Time Period3 Months [change]
DirectionMoves Together 
StrengthSignificant
Accuracy100.0%
ValuesDaily Returns

Kerry Group PLC  vs.  Wilmar International

 Performance 
       Timeline  
Kerry Group PLC 

Risk-Adjusted Performance

0 of 100

 
Weak
 
Strong
Very Weak
Over the last 90 days Kerry Group PLC has generated negative risk-adjusted returns adding no value to investors with long positions. In spite of fairly strong basic indicators, Kerry Group is not utilizing all of its potentials. The current stock price disturbance, may contribute to short-term losses for the investors.
Wilmar International 

Risk-Adjusted Performance

0 of 100

 
Weak
 
Strong
Very Weak
Over the last 90 days Wilmar International has generated negative risk-adjusted returns adding no value to investors with long positions. In spite of fairly strong forward indicators, Wilmar International is not utilizing all of its potentials. The current stock price disturbance, may contribute to short-term losses for the investors.
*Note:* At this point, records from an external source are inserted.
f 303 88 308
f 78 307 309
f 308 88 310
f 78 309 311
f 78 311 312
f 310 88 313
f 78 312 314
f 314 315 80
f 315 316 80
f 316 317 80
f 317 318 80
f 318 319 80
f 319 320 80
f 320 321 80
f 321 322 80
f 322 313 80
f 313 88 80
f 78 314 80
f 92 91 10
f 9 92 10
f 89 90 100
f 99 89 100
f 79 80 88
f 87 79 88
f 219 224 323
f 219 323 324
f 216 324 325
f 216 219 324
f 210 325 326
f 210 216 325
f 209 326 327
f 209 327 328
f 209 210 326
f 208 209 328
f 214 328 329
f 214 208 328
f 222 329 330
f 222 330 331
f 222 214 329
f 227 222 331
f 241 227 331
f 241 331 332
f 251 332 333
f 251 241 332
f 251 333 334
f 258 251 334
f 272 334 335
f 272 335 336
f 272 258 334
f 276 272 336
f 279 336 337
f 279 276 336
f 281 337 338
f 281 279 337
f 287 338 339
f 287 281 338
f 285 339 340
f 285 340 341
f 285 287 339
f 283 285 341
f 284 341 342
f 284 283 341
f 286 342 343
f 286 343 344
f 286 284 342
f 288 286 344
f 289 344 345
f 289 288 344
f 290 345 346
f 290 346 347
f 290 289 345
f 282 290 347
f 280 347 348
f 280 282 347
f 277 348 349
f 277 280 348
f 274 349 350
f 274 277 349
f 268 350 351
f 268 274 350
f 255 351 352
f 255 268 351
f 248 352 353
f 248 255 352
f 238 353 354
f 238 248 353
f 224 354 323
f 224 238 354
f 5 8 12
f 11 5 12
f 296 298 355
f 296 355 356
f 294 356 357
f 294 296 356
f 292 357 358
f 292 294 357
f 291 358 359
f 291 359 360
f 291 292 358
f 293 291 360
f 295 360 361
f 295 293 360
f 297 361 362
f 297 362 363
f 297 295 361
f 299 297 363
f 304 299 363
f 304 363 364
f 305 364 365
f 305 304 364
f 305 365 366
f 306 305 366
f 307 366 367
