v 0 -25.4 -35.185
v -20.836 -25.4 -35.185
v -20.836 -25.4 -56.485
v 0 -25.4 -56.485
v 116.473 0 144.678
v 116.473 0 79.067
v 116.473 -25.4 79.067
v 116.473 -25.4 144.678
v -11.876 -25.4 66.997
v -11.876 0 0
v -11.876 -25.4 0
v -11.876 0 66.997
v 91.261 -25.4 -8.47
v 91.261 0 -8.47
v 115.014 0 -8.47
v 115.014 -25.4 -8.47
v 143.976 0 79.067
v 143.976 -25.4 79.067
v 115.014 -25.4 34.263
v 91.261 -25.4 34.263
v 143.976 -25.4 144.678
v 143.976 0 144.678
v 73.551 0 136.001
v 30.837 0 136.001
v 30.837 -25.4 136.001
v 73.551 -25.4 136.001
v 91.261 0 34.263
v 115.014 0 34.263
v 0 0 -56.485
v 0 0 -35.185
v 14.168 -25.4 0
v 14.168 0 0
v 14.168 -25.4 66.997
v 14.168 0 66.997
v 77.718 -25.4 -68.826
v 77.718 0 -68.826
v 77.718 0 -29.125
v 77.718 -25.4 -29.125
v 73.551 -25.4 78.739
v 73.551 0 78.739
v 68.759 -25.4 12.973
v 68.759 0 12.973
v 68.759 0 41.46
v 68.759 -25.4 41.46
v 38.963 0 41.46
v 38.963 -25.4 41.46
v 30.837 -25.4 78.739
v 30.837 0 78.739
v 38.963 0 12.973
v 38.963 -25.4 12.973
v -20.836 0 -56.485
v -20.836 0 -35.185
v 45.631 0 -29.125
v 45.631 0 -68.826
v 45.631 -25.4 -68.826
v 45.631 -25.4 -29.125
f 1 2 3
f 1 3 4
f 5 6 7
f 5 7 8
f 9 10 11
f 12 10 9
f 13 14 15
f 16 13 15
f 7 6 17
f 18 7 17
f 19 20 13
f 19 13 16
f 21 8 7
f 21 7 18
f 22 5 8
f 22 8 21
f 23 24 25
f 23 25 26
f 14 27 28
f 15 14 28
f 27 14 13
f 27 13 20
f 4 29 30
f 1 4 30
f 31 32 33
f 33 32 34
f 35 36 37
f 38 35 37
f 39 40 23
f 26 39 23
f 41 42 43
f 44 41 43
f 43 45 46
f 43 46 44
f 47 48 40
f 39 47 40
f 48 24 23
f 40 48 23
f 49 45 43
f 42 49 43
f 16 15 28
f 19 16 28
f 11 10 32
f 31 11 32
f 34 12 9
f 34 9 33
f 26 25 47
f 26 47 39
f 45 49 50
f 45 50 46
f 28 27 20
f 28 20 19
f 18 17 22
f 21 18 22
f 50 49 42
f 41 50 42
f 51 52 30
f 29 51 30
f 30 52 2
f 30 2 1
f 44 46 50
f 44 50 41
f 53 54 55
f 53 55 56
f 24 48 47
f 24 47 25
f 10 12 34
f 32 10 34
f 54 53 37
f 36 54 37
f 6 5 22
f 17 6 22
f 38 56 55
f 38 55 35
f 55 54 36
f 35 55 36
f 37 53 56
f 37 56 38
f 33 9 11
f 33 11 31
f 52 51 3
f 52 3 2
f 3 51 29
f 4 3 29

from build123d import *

# Parameters (mm, degrees)
F0_W     = 42.713653
F0_H     = 57.261646
F0_W_2   = 27.503371
F0_H_2   = 65.611295
F0_W_3   = 23.75295
F0_H_3   = 42.732641
F0_W_4   = 32.087333
F0_H_4   = 39.701626
F0_W_5   = 29.795386
F0_H_5   = 28.486781
F0_W_6   = 26.04492
F0_H_6   = 66.996962
F0_W_7   = 20.835944
F0_H_7   = 21.299526
F1_DEPTH = 25.4


with BuildPart() as f1:
    # F0 (on Front) → F1 (new body)
    with BuildSketch(Plane.XZ):
        with Locations((52.194038, 107.370287)):
            Rectangle(F0_W, F0_H)
        with Locations((130.22457, 111.872692)):
            Rectangle(F0_W_2, F0_H_2)
        with Locations((103.137877, 12.89618)):
            Rectangle(F0_W_3, F0_H_3)
        with Locations((61.674346, -48.975356)):
            Rectangle(F0_W_4, F0_H_4)
        with Locations((53.860884, 27.216379)):
            Rectangle(F0_W_5, F0_H_5)
        with Locations((1.145974, 33.498481)):
            Rectangle(F0_W_6, F0_H_6)
        with Locations((-10.417972, -45.834936)):
            Rectangle(F0_W_7, F0_H_7)
    extrude(amount=F1_DEPTH)


solid = f1.part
Kerry Group and Wilmar International Volatility Contrast

   Predicted Return Density   
       Returns  

Pair Trading with Kerry Group and Wilmar International

The main advantage of trading using opposite Kerry Group and Wilmar International positions is that it hedges away some unsystematic risk. Because of two separate transactions, even if Kerry Group position performs unexpectedly, Wilmar International can make up some of the losses. Pair trading also minimizes risk from directional movements in the market. For example, if an entire industry or sector drops because of unexpected headlines, the short position in Wilmar International will offset losses from the drop in Wilmar International's long position.
The idea behind Kerry Group PLC and Wilmar International pairs trading is to make the combined position market-neutral, meaning the overall market's direction will not affect its win or loss (or potential downside or upside). This can be achieved by designing a pairs trade with two highly correlated stocks or equities that operate in a similar space or sector, making it possible to obtain profits through simple and relatively low-risk investment.
Check out your portfolio center.
Note that this page's information should be used as a complementary analysis to find the right mix of equity instruments to add to your existing portfolios or create a brand new portfolio. You can also try the Piotroski F Score module to get Piotroski F Score based on the binary analysis strategy of nine different fundamentals.